» Task to carry out
Take the entries that follow and return exactly the lines from the one holding "20.916937039), (-28.976918716, 23.320064467))" through the one holding "27.828020085), (23.320064467, 28.976918716))", both included. Nothing else is needed.

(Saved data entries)
***

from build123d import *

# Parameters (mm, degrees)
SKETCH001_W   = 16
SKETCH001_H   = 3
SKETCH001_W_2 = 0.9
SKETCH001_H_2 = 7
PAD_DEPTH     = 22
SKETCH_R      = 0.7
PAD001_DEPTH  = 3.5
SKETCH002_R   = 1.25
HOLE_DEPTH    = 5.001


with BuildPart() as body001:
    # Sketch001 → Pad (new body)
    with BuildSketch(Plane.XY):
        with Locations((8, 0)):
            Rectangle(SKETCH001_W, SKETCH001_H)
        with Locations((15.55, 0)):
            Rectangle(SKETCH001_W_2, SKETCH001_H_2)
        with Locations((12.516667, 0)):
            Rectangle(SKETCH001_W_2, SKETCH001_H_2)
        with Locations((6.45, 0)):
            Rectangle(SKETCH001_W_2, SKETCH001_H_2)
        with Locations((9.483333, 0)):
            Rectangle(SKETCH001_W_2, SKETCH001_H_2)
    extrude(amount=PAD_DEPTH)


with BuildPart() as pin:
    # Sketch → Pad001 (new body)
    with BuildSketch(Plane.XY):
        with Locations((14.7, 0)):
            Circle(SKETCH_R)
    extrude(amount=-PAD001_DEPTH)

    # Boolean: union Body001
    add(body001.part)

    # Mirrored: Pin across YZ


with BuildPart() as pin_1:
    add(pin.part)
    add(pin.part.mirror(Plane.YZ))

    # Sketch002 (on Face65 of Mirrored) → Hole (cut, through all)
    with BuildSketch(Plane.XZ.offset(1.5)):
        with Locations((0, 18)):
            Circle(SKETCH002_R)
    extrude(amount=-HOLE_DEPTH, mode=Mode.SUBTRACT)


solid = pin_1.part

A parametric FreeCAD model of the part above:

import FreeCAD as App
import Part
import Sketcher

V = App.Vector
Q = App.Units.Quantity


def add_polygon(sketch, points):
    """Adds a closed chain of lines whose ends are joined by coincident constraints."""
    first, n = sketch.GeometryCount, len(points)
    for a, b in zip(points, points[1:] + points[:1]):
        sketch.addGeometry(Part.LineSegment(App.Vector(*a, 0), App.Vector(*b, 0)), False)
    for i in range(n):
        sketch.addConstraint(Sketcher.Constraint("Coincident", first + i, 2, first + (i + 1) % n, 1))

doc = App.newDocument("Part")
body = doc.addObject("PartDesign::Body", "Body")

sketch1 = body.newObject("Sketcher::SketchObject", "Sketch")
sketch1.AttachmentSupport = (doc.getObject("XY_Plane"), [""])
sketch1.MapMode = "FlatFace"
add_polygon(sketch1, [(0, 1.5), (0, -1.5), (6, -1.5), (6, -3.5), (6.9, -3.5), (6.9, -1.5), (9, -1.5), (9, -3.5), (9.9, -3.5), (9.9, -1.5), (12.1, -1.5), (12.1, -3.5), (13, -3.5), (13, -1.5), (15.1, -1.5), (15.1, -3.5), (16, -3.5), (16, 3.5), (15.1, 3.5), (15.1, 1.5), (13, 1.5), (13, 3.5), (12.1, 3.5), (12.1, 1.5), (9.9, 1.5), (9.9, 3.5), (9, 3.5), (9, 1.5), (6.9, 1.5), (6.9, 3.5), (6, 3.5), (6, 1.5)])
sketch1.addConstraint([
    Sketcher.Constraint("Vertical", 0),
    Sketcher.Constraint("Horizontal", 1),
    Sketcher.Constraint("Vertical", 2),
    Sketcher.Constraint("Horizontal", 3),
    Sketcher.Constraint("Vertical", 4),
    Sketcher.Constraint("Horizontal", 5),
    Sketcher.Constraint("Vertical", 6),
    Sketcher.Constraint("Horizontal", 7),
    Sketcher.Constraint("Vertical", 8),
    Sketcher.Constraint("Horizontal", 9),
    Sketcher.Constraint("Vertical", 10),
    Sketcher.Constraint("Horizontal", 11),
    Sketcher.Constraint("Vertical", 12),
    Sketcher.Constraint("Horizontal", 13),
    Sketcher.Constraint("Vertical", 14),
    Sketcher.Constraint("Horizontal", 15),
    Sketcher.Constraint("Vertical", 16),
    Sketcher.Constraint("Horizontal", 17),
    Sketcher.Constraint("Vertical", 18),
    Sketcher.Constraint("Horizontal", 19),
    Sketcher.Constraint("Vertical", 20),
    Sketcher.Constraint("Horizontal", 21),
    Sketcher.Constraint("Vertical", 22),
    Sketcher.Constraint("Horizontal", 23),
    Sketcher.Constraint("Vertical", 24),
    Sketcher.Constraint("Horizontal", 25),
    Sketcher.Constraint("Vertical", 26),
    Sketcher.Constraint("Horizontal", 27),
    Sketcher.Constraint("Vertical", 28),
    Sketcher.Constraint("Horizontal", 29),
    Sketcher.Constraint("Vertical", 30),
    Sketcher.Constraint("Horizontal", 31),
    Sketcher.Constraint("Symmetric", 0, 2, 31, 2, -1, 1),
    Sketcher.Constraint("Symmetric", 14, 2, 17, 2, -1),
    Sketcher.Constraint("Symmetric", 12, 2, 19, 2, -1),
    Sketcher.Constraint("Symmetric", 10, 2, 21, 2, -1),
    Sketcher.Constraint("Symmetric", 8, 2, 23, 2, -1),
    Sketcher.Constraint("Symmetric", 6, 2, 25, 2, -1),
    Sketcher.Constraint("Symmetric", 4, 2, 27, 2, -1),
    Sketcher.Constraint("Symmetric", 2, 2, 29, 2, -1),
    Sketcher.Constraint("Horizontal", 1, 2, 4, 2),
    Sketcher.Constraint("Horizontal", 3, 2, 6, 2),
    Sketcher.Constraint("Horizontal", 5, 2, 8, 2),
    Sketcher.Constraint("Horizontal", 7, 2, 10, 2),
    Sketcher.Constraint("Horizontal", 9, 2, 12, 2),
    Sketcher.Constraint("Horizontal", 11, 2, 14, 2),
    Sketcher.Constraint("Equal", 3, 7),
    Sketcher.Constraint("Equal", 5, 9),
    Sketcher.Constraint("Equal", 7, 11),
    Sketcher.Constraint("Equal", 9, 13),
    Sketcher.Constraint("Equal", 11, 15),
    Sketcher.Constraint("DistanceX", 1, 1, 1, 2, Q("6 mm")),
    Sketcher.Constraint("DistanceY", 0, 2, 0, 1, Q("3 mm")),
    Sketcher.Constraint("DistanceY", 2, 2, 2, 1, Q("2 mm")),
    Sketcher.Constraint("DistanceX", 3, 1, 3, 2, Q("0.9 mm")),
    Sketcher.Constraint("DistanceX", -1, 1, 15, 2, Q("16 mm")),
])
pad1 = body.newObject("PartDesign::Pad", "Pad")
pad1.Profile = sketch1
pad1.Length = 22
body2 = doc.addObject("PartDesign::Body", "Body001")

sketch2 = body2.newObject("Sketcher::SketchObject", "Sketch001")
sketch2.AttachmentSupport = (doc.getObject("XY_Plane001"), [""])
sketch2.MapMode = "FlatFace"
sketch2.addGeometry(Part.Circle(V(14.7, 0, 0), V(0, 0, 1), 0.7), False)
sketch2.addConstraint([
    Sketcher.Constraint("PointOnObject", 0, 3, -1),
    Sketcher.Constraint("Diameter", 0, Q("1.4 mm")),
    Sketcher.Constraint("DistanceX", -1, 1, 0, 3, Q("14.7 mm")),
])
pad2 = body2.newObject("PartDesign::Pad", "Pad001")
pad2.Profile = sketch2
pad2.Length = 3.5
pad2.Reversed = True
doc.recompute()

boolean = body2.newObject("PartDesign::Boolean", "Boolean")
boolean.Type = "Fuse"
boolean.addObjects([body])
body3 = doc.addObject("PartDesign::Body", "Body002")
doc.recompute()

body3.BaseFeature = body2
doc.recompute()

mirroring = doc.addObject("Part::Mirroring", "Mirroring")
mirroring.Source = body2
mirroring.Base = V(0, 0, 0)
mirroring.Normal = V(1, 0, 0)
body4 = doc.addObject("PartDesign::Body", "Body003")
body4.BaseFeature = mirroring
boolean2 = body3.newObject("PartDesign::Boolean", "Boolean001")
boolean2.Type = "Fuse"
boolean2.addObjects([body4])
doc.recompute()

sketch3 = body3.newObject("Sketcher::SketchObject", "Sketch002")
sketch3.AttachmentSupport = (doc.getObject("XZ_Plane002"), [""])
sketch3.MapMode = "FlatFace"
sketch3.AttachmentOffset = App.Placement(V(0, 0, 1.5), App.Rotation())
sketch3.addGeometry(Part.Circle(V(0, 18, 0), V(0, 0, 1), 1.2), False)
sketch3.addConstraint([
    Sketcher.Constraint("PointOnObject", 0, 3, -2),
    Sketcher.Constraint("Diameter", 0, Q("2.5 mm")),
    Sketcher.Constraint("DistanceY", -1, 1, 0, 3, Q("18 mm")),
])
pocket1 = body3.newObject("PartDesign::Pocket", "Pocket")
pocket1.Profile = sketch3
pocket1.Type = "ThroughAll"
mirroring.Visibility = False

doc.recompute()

***

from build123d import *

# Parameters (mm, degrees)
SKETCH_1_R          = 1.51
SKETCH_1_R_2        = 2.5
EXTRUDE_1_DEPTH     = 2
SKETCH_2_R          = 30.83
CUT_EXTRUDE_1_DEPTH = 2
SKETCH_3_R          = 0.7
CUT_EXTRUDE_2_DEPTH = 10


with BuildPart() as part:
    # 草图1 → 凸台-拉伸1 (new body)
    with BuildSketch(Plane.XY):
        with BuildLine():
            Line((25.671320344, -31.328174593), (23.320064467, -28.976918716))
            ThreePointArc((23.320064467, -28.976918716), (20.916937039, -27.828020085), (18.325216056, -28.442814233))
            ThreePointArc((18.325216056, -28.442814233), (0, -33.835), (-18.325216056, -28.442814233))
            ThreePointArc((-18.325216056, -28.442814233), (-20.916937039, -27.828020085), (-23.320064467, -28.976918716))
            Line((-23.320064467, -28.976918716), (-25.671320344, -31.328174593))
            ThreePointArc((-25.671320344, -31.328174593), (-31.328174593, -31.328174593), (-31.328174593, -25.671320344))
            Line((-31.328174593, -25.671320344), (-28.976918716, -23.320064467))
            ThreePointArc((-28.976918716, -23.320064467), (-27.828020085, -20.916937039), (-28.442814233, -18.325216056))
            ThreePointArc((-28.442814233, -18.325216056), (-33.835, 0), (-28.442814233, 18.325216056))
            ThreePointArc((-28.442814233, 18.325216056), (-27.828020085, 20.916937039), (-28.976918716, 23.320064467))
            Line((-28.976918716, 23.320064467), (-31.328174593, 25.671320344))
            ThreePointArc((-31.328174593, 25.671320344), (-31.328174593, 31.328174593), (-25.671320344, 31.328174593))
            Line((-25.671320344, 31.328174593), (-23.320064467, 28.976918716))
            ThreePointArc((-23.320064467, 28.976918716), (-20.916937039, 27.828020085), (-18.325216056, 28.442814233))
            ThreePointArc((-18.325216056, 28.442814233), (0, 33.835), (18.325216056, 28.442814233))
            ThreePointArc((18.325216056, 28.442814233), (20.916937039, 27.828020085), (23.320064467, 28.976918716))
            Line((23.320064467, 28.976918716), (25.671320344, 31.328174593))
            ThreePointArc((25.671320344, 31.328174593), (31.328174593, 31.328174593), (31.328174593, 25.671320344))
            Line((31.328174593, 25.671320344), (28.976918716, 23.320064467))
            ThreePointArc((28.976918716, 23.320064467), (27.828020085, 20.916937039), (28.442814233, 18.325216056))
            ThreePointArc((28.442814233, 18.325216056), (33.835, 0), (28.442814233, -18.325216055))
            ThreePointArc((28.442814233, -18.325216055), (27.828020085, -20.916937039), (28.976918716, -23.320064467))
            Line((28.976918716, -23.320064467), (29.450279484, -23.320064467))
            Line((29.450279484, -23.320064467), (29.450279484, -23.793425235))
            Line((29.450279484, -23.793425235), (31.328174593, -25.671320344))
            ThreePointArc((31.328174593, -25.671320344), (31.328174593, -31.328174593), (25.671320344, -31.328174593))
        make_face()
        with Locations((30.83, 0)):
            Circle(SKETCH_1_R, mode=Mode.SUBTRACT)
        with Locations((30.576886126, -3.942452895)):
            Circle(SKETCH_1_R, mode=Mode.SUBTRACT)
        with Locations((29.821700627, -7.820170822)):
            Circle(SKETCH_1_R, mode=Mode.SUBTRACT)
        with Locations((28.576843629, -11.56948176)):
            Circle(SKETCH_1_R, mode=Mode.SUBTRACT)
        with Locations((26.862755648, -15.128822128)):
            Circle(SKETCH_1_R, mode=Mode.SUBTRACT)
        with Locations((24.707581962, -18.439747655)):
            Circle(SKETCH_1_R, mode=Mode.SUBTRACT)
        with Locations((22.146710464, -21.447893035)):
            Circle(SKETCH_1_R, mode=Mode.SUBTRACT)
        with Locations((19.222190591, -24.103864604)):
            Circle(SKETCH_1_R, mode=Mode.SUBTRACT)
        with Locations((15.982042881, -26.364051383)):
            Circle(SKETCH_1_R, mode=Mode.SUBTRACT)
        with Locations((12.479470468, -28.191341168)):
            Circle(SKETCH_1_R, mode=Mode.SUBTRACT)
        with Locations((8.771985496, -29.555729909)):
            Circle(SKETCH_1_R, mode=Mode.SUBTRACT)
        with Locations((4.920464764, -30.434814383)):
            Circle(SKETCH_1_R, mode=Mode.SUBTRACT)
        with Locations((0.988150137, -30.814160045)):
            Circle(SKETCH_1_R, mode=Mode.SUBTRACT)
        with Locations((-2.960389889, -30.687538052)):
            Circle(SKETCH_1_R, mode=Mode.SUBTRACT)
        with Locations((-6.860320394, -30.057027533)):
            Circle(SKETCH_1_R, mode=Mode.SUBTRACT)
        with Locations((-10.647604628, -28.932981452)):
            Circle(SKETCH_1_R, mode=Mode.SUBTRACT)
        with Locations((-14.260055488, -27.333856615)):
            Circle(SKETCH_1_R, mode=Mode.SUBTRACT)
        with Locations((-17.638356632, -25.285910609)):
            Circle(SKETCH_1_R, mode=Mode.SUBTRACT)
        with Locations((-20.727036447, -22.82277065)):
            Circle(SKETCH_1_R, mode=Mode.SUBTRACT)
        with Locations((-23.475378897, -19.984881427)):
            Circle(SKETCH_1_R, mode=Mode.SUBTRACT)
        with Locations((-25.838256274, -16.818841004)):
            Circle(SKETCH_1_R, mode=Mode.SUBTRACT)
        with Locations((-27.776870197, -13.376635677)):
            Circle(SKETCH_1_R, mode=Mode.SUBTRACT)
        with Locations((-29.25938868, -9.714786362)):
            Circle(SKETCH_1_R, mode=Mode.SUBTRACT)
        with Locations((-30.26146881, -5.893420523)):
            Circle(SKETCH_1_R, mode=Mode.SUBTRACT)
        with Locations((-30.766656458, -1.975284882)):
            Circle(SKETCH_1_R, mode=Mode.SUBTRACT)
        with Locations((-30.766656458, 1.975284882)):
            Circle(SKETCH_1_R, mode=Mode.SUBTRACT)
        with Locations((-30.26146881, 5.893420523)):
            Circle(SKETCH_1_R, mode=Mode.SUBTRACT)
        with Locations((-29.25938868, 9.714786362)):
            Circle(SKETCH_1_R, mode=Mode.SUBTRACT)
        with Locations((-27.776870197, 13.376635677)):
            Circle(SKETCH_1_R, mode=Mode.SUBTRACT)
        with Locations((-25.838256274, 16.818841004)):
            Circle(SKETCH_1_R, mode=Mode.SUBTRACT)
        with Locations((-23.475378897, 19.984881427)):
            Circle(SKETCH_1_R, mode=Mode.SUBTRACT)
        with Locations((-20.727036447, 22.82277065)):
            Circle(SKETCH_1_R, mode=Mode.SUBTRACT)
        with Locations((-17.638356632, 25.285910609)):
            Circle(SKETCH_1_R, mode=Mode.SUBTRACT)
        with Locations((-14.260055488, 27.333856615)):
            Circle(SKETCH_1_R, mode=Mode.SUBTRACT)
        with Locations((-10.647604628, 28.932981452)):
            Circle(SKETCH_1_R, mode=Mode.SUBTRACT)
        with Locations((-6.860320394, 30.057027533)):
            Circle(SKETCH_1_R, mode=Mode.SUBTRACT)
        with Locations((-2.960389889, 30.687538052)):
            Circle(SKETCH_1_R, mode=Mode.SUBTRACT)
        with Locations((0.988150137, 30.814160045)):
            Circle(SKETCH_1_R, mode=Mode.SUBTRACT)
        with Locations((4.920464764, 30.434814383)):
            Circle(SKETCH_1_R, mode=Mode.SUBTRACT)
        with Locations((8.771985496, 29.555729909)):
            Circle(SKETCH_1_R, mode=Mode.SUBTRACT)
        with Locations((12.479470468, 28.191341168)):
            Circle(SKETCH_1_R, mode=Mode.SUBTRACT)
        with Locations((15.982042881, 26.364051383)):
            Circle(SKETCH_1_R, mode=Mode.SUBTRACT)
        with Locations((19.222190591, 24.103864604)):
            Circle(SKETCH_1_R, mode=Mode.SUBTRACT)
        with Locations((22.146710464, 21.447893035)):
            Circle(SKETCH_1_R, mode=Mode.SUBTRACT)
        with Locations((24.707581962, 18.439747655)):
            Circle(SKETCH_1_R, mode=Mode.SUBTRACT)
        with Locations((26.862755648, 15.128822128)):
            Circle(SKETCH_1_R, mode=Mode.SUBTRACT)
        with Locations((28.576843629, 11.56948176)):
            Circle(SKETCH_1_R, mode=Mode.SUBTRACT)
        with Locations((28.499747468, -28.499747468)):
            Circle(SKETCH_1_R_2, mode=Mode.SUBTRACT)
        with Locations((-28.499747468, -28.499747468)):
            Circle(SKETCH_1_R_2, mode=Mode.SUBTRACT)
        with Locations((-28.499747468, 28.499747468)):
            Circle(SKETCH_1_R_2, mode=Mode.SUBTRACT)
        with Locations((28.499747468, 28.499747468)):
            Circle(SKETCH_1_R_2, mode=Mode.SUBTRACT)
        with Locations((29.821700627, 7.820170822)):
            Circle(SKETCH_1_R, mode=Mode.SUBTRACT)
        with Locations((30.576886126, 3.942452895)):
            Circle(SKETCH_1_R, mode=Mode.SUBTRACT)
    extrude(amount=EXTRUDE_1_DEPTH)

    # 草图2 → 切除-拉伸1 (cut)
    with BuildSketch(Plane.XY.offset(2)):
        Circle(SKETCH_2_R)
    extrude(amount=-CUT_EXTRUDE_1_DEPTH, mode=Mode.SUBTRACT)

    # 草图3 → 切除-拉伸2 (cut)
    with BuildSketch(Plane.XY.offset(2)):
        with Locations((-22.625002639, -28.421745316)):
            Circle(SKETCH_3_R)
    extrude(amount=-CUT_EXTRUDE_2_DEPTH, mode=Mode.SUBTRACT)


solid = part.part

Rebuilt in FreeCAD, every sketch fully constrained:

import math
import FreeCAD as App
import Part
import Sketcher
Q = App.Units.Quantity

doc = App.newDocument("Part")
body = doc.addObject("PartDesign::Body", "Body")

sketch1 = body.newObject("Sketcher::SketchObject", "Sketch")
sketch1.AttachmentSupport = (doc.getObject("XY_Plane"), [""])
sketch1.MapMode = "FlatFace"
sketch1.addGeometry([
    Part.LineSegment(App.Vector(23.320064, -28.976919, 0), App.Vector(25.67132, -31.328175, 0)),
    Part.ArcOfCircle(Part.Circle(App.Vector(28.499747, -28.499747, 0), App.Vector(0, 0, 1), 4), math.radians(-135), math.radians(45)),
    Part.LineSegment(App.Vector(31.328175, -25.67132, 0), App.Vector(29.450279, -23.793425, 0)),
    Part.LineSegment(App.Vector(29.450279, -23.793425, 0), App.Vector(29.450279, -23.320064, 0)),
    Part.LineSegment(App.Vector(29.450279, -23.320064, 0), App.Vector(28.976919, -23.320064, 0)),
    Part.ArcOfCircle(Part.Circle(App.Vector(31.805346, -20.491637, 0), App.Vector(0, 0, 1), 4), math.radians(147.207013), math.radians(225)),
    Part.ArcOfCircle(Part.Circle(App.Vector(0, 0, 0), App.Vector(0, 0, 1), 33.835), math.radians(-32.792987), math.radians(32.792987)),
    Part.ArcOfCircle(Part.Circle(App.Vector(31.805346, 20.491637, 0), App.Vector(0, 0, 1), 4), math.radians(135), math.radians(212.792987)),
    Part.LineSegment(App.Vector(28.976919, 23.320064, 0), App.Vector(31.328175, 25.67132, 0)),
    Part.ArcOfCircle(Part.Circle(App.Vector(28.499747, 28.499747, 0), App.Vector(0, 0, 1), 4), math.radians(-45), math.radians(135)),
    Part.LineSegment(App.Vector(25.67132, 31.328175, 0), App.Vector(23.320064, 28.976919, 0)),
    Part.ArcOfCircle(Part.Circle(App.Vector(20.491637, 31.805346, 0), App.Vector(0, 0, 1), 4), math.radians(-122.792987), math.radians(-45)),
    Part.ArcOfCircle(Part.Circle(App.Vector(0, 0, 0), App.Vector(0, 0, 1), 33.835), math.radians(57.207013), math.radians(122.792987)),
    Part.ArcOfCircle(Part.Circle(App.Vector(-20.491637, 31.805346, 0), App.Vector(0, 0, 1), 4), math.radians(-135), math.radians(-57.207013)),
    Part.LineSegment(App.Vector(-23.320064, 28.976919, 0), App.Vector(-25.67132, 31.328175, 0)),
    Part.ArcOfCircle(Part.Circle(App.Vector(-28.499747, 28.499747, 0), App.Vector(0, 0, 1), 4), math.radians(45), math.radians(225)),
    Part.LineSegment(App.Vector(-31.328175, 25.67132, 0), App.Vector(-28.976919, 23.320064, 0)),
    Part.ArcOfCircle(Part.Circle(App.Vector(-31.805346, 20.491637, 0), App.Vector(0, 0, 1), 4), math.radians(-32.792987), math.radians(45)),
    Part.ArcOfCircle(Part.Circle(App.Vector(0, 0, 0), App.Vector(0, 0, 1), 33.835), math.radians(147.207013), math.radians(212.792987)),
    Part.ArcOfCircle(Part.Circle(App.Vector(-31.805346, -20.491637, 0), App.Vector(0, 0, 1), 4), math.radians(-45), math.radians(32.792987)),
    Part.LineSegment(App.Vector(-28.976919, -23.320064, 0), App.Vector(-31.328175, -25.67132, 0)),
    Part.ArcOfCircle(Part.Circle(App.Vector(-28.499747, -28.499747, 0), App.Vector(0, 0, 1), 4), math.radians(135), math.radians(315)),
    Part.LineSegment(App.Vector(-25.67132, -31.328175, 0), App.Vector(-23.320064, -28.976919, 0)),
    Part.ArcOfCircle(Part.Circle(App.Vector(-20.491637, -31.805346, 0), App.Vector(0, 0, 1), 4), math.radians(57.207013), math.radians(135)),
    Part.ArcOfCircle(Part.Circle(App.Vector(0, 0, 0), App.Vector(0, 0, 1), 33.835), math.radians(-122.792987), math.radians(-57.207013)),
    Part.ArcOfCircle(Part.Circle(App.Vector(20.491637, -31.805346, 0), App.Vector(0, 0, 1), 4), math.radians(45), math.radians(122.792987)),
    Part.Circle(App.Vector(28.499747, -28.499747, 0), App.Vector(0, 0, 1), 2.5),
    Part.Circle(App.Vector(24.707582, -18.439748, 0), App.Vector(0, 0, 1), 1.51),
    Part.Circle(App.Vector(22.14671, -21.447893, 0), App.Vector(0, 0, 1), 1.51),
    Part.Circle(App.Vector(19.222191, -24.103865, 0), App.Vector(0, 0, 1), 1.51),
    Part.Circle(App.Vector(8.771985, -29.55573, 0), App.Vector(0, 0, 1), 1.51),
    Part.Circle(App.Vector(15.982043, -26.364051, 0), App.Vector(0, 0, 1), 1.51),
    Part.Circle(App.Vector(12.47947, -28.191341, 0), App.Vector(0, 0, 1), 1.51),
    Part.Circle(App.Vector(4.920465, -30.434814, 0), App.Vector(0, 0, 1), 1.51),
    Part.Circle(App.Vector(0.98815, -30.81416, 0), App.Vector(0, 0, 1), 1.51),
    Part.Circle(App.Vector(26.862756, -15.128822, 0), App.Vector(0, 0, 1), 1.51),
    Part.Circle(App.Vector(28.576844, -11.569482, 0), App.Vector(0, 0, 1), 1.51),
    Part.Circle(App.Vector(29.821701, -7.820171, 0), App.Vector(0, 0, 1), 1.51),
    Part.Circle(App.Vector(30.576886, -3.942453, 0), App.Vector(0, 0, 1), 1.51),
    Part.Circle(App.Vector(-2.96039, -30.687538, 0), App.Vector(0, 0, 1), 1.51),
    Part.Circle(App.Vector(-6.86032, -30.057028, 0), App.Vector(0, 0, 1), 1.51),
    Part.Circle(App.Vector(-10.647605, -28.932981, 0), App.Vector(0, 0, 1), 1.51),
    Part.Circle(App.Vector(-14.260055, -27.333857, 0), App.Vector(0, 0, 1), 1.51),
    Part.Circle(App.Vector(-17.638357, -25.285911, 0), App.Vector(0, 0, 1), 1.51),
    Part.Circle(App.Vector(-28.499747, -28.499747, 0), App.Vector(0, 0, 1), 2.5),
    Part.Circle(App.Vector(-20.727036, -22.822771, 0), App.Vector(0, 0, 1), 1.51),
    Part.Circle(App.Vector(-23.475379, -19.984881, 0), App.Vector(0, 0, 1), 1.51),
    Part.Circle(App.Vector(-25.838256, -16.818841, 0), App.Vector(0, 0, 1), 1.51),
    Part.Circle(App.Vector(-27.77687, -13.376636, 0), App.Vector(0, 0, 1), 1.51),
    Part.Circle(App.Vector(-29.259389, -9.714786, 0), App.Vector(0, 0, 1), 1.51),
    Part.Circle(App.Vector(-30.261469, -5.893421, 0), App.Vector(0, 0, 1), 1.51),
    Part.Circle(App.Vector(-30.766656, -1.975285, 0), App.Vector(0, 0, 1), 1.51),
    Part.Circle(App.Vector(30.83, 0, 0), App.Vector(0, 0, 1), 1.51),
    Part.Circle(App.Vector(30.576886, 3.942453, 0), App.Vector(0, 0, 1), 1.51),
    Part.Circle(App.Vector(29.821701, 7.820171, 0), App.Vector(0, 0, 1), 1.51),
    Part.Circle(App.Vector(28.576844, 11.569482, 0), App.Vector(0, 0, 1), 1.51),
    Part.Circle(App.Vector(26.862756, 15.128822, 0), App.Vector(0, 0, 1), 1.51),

***

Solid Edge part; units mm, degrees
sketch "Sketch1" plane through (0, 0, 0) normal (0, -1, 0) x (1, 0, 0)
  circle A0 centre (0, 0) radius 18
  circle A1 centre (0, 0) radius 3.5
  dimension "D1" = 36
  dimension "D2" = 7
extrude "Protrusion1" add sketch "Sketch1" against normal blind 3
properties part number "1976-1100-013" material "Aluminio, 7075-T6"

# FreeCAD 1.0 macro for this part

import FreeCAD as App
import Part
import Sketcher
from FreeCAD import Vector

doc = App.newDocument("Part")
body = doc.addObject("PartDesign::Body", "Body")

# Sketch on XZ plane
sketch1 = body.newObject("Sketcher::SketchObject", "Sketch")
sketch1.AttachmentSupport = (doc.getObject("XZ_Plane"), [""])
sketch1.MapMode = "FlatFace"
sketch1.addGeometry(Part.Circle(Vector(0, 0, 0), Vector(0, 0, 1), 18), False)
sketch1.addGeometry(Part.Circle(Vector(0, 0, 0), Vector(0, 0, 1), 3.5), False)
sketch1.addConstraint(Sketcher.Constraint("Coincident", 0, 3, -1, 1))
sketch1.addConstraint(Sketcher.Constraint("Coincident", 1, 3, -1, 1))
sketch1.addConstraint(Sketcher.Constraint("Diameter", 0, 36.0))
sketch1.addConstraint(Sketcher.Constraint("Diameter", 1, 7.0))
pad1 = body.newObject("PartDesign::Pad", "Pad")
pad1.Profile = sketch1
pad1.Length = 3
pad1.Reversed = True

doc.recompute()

***

» Final answer
            ThreePointArc((-28.442814233, 18.325216056), (-27.828020085, 20.916937039), (-28.976918716, 23.320064467))
            Line((-28.976918716, 23.320064467), (-31.328174593, 25.671320344))
            ThreePointArc((-31.328174593, 25.671320344), (-31.328174593, 31.328174593), (-25.671320344, 31.328174593))
            Line((-25.671320344, 31.328174593), (-23.320064467, 28.976918716))
            ThreePointArc((-23.320064467, 28.976918716), (-20.916937039, 27.828020085), (-18.325216056, 28.442814233))
            ThreePointArc((-18.325216056, 28.442814233), (0, 33.835), (18.325216056, 28.442814233))
            ThreePointArc((18.325216056, 28.442814233), (20.916937039, 27.828020085), (23.320064467, 28.976918716))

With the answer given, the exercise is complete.